# HDHomerun and Channels DVR stopped working



## TheRabbit (Aug 6, 2020)

I have three Tivo Stream 4Ks and on my oldest one the HDHomeRun and Channels DVR apps stopped working. The other two Tivo streams work fine. 

On the Channels DVR app whenever I tried to watch a live OTA broadcast station the audio would play but the screen would start refreshing a full screen of different colors/garbage. The HDHomerun would sometimes do the same or just play the audio from the broadcast. 

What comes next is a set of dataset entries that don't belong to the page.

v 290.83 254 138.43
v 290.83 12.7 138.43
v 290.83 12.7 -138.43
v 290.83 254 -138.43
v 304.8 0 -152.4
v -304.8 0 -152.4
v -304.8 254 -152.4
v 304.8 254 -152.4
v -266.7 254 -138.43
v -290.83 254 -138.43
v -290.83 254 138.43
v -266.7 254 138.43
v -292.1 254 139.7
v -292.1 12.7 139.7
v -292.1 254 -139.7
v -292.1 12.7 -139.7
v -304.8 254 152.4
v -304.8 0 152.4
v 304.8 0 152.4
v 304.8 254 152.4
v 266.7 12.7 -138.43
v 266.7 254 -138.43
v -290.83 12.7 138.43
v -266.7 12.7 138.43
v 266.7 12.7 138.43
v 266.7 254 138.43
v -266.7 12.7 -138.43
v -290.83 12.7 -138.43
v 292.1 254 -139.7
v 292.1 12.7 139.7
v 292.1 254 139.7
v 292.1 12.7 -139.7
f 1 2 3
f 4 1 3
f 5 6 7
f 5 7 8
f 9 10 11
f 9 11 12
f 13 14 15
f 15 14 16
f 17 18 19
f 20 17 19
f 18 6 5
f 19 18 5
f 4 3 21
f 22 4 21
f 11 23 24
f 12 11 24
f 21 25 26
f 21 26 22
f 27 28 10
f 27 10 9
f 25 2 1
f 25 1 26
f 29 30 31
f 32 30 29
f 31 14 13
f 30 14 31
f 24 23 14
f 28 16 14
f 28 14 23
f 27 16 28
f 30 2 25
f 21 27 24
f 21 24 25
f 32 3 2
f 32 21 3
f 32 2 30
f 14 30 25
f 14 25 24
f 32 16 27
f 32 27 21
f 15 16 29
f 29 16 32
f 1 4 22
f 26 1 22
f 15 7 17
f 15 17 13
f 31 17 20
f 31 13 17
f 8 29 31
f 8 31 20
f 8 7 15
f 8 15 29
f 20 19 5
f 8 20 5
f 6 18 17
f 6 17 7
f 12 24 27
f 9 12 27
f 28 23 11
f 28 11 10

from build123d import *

# Parameters (mm, degrees)
SKETCH1_W           = 609.6
SKETCH1_H           = 304.8
BOSS_EXTRUDE1_DEPTH = 254
SHELL1_T            = -12.7
SKETCH2_W           = 24.13
SKETCH2_H           = 276.86
BOSS_EXTRUDE3_DEPTH = 241.3


with BuildPart() as part:
    # Sketch1 → Boss-Extrude1 (new body)
    with BuildSketch(Plane(origin=(0, 0, 0), x_dir=(1, 0, 0), z_dir=(0, 1, 0))):
        Rectangle(SKETCH1_W, SKETCH1_H)
    extrude(amount=BOSS_EXTRUDE1_DEPTH)

    # Shell1
    shell1_openings = [part.faces().sort_by_distance(p)[0] for p in [
        (0, 254, 0),
    ]]
    offset(amount=SHELL1_T, openings=shell1_openings, kind=Kind.INTERSECTION)

    # Sketch2 → Boss-Extrude3 (add)
    with BuildSketch(Plane(origin=(0, 12.7, 0), x_dir=(1, 0, 0), z_dir=(0, 1, 0))):
        with Locations((-278.765, 0)):
            Rectangle(SKETCH2_W, SKETCH2_H)
    boss_extrude3 = extrude(amount=BOSS_EXTRUDE3_DEPTH)

    # Mirror1: Boss-Extrude3 across plane
    add(boss_extrude3.mirror(Plane(origin=(0, 0, 0), x_dir=(0, 0, 1), z_dir=(1, 0, 0))))


solid = part.part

After swapping out one of the other Tivo Streams, I determine that it was only a problem with one of the Stream 4ks. I also reset the problematic Stream 4k to the factory defaults and had trouble where it locked up in the setup process a few times. When I finally got it back up then I found a setting in the Channels DVR app for the video player that was called decoder and I set to 'Software' instead of the default 'Hardware' and then I could see the video just fine. I changed it back to 'Hardware' and it messed up again. There is no way to change the decoder on the HDhomerun app. 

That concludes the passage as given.